VictimOfImpersonation

rizla_king wrote:

http://experian.co.uk/consumer/quest...kjames357.html

James_Jones_aka_Experian_company_representative: wrote:

Any lender that shares credit account information through a credit reference agency is certainly responsible for making sure the information is accurate and kept up to date. The credit reference agency should also take reasonable steps to make sure the information is correct too, such as making practical checks of the information as it is received.

(my underline) Rizla king you are a mine (or should we say diligent miner!) of the very best nuggets of pertinent information. Thank you from all of us who have to date suffered the insufferable comments that CRAs just record what they are given and should not be blamed for that.

MrSilk

VictimOfImpersonation, calm down, the whole point of posting here, is for help and advice, not to be ignorant towards other users. Get over it.

VictimOfImpersonation

MrSilk wrote: »

VictimOfImpersonation, calm down, the whole point of posting here, is for help and advice, not to be ignorant towards other users. Get over it.
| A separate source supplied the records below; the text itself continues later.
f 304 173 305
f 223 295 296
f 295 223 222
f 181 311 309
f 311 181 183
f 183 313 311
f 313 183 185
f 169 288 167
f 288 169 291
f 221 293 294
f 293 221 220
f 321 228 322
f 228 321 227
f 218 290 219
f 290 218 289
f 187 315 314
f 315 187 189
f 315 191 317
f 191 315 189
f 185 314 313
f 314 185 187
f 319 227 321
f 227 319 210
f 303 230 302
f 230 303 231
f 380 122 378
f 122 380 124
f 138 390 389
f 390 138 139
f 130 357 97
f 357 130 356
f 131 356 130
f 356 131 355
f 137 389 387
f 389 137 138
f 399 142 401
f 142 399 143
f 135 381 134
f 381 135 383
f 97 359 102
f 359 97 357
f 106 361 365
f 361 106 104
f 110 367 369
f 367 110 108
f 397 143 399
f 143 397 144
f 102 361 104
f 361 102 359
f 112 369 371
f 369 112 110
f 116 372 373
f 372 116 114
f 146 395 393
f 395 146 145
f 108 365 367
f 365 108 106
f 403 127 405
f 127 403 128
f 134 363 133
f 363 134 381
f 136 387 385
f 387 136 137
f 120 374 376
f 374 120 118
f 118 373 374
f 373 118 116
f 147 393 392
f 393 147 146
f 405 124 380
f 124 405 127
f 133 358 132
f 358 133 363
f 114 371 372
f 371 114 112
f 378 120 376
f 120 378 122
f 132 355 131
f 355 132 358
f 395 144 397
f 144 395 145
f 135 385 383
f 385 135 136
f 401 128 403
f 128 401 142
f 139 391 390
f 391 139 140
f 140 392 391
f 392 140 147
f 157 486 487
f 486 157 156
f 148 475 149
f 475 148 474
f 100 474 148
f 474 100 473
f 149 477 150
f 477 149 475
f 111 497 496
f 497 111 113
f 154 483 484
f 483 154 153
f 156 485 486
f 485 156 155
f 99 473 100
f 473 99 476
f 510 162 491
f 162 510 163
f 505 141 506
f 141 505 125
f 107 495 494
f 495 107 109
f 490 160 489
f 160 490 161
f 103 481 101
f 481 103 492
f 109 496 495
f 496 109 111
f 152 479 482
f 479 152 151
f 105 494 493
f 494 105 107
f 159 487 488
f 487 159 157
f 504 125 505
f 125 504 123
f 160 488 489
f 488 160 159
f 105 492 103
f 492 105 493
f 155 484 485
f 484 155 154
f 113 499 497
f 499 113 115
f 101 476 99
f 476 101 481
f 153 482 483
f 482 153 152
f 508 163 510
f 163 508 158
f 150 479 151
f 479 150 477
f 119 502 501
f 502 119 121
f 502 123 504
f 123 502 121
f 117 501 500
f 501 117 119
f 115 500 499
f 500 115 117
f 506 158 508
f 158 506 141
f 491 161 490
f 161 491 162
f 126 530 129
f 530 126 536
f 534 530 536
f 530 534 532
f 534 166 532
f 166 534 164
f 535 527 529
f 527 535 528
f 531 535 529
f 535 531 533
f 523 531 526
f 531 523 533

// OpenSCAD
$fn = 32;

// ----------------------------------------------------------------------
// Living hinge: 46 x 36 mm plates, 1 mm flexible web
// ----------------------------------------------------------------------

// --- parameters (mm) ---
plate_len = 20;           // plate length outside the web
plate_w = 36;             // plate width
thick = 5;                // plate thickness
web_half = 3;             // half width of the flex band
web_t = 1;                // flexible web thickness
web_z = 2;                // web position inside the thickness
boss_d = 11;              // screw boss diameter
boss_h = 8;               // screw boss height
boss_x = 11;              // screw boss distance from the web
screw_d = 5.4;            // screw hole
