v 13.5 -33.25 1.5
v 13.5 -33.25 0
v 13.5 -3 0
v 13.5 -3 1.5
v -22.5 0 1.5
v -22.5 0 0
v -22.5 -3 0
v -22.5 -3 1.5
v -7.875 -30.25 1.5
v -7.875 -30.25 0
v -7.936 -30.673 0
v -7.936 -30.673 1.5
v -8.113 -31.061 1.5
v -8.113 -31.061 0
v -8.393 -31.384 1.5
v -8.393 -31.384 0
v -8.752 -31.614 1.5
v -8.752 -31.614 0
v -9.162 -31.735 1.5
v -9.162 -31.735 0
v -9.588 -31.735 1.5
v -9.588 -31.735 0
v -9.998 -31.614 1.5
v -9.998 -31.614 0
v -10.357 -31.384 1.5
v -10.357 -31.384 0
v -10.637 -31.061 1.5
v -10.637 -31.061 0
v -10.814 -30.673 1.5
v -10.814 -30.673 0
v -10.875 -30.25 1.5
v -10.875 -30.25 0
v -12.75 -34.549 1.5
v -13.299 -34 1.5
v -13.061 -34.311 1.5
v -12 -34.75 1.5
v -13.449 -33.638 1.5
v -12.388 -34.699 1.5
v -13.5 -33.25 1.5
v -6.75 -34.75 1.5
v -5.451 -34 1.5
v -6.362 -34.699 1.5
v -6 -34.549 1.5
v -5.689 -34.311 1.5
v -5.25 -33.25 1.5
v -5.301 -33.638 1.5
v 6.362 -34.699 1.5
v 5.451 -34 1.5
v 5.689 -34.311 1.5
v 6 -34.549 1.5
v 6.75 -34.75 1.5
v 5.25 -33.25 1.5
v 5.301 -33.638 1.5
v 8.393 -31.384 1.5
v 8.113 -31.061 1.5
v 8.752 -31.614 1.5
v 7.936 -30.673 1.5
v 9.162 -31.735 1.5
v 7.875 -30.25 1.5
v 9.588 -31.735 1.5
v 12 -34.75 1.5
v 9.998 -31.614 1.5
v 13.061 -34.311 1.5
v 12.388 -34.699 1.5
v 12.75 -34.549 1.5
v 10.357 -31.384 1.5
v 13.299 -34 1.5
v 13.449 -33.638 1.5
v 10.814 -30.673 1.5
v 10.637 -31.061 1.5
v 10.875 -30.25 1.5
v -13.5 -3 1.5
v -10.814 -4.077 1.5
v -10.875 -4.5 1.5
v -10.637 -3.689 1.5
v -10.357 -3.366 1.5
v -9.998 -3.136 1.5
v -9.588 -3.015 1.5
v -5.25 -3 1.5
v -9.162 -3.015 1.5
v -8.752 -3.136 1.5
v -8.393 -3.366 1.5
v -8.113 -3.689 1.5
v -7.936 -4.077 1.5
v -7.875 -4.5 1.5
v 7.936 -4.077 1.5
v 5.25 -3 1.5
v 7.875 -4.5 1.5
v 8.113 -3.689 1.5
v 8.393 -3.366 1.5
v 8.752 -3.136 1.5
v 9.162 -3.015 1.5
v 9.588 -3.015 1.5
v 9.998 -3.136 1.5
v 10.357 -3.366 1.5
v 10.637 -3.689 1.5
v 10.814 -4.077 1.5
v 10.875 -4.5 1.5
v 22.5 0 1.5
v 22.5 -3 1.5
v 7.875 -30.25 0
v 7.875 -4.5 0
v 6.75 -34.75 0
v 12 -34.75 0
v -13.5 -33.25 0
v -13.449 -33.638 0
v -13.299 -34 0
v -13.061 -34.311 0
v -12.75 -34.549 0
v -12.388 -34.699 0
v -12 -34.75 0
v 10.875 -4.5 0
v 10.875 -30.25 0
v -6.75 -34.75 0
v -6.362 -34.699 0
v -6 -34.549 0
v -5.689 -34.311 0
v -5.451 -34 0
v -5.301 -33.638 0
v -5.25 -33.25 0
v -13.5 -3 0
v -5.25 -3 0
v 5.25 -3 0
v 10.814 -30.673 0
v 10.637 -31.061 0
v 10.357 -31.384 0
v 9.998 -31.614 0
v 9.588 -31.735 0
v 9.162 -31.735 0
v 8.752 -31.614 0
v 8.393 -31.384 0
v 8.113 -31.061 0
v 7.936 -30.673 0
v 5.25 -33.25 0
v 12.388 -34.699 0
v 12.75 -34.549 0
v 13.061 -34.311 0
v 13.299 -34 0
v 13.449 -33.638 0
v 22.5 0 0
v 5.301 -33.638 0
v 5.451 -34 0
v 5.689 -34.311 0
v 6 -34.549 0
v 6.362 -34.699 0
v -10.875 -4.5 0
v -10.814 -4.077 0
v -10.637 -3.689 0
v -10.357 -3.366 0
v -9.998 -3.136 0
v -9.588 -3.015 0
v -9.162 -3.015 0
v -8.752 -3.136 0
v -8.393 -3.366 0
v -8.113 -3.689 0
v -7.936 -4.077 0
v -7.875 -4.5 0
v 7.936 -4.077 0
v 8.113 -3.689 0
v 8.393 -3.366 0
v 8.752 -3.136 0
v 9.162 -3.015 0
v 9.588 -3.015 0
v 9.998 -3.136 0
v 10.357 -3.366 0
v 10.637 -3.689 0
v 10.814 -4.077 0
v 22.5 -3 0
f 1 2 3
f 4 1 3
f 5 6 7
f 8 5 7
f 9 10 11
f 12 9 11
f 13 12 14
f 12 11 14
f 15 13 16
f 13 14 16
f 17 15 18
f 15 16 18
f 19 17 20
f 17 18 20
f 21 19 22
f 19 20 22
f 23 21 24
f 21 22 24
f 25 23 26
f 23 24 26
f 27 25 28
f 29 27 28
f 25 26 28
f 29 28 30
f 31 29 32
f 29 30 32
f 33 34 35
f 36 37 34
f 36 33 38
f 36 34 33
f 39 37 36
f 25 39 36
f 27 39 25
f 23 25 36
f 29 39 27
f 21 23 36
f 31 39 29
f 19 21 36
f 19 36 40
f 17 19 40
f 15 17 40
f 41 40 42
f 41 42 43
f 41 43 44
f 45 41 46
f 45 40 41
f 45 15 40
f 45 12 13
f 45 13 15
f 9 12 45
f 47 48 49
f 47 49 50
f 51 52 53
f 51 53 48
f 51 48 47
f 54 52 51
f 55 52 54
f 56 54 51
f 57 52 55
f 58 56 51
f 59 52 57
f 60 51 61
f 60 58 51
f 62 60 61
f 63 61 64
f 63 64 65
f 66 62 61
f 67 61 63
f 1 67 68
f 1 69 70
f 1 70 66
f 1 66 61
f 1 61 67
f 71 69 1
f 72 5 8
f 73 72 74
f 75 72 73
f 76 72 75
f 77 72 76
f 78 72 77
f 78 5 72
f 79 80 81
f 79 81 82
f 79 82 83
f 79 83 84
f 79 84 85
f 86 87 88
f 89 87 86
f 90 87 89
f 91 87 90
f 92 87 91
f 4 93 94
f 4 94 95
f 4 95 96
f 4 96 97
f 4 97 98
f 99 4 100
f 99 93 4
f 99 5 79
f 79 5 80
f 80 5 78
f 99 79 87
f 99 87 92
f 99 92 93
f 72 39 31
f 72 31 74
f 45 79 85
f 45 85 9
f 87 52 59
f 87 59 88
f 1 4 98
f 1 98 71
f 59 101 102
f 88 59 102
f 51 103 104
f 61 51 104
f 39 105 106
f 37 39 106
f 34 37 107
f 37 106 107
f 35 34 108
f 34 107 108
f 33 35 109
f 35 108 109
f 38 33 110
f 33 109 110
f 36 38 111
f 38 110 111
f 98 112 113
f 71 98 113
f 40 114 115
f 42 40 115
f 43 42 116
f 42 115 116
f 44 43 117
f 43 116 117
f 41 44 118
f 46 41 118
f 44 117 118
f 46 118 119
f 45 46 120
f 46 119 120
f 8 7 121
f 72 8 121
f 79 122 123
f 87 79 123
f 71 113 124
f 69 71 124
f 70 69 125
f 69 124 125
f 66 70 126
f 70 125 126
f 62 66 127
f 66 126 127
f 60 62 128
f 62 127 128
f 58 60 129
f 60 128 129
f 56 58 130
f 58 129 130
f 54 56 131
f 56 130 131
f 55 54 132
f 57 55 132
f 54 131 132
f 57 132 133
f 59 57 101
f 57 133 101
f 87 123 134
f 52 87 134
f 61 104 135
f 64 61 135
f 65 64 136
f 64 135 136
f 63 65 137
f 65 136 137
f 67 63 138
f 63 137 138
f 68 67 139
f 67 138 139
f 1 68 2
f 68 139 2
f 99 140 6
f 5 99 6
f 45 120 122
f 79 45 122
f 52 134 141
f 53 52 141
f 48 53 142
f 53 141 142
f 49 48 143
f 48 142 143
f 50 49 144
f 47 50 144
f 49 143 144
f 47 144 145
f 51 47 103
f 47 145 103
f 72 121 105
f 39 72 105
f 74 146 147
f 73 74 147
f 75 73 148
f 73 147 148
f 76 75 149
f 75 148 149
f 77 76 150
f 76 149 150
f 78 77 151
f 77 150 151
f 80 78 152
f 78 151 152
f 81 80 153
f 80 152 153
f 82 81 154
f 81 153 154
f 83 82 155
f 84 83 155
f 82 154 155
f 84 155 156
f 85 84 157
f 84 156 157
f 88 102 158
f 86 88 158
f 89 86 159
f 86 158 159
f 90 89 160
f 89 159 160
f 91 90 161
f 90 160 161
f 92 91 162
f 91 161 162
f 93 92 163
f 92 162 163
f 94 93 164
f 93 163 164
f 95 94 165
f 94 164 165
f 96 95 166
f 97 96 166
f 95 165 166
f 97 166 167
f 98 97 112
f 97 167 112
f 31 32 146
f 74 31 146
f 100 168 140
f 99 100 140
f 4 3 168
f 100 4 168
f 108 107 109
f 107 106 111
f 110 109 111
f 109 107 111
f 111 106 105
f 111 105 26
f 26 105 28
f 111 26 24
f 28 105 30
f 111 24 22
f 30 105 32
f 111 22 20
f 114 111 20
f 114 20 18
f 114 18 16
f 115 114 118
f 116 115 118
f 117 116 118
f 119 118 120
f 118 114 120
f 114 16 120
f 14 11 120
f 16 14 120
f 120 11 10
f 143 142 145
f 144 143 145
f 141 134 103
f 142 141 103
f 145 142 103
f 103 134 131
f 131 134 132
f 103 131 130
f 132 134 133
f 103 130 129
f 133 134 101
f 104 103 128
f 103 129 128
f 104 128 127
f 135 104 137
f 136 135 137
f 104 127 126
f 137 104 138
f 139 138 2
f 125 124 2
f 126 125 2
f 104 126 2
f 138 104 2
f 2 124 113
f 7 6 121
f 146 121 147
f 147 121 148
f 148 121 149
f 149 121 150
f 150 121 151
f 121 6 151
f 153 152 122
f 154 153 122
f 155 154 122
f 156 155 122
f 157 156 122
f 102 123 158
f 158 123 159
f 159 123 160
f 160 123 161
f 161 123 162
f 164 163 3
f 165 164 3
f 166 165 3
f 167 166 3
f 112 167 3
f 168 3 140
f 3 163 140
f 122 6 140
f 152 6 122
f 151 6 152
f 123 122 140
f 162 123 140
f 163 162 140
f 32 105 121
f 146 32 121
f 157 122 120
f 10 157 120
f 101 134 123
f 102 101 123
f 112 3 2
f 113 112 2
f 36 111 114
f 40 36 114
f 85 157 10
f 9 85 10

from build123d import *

# Parameters (mm, degrees)
F1_DEPTH = 1.5


with BuildPart() as f1:
    # F0 (on Top) → F1 (new body)
    with BuildSketch(Plane.XY):
        with BuildLine():
            Line((22.5, 0), (-22.5, 0))
            Line((-22.5, 0), (-22.5, -3))
            Line((-22.5, -3), (-13.5, -3))
            Line((-13.5, -3), (-13.5, -33.25))
            ThreePointArc((-13.5, -33.25), (-13.06066, -34.31066), (-12, -34.75))
            Line((-12, -34.75), (-6.75, -34.75))
            ThreePointArc((-6.75, -34.75), (-5.68934, -34.31066), (-5.25, -33.25))
            Line((-5.25, -33.25), (-5.25, -3))
            Line((-5.25, -3), (5.25, -3))
            Line((5.25, -3), (5.25, -33.25))
            ThreePointArc((5.25, -33.25), (5.68934, -34.31066), (6.75, -34.75))
            Line((6.75, -34.75), (12, -34.75))
            ThreePointArc((12, -34.75), (13.06066, -34.31066), (13.5, -33.25))
            Line((13.5, -33.25), (13.5, -3))
            Line((13.5, -3), (22.5, -3))
            Line((22.5, -3), (22.5, 0))
        make_face()
        with BuildLine():
            ThreePointArc((-10.875, -4.5), (-9.375, -3), (-7.875, -4.5))
            Line((-7.875, -4.5), (-7.875, -30.25))
            ThreePointArc((-7.875, -30.25), (-9.375, -31.75), (-10.875, -30.25))
            Line((-10.875, -30.25), (-10.875, -4.5))
        make_face(mode=Mode.SUBTRACT)
        with BuildLine():
            ThreePointArc((7.875, -4.5), (9.375, -3), (10.875, -4.5))
            Line((10.875, -4.5), (10.875, -30.25))
            ThreePointArc((10.875, -30.25), (9.375, -31.75), (7.875, -30.25))
            Line((7.875, -30.25), (7.875, -4.5))
        make_face(mode=Mode.SUBTRACT)
    extrude(amount=F1_DEPTH)


solid = f1.part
What are you on about, Mr.Silk? Rizla king posted a very pertinent quote (not by a user but by the Head of Consumer Affairs of Experian!) and I am grateful for it and gave my thanks. Have you misinterpreted my thanks ?

MrSilk

VictimOfImpersonation wrote: »

What are you on about, Mr.Silk? Rizla king posted a very pertinent quote (not by a user but by the Head of Consumer Affairs of Experian!) and I am grateful for it and gave my thanks. Have you misinterpreted my thanks ?

Oops, apologies

VictimOfImpersonation

Well that's alright, Mr.Silk! Glad we cleared that up so fast :beer:

My apologies too for obviously having given you the impression that every time I post I am biting someone's head off !

... mind you, if James Jones is still wearing his, it would be nice if he responded here to straighten out an inconsistency or two

brettcta

won't somebody please think of the children?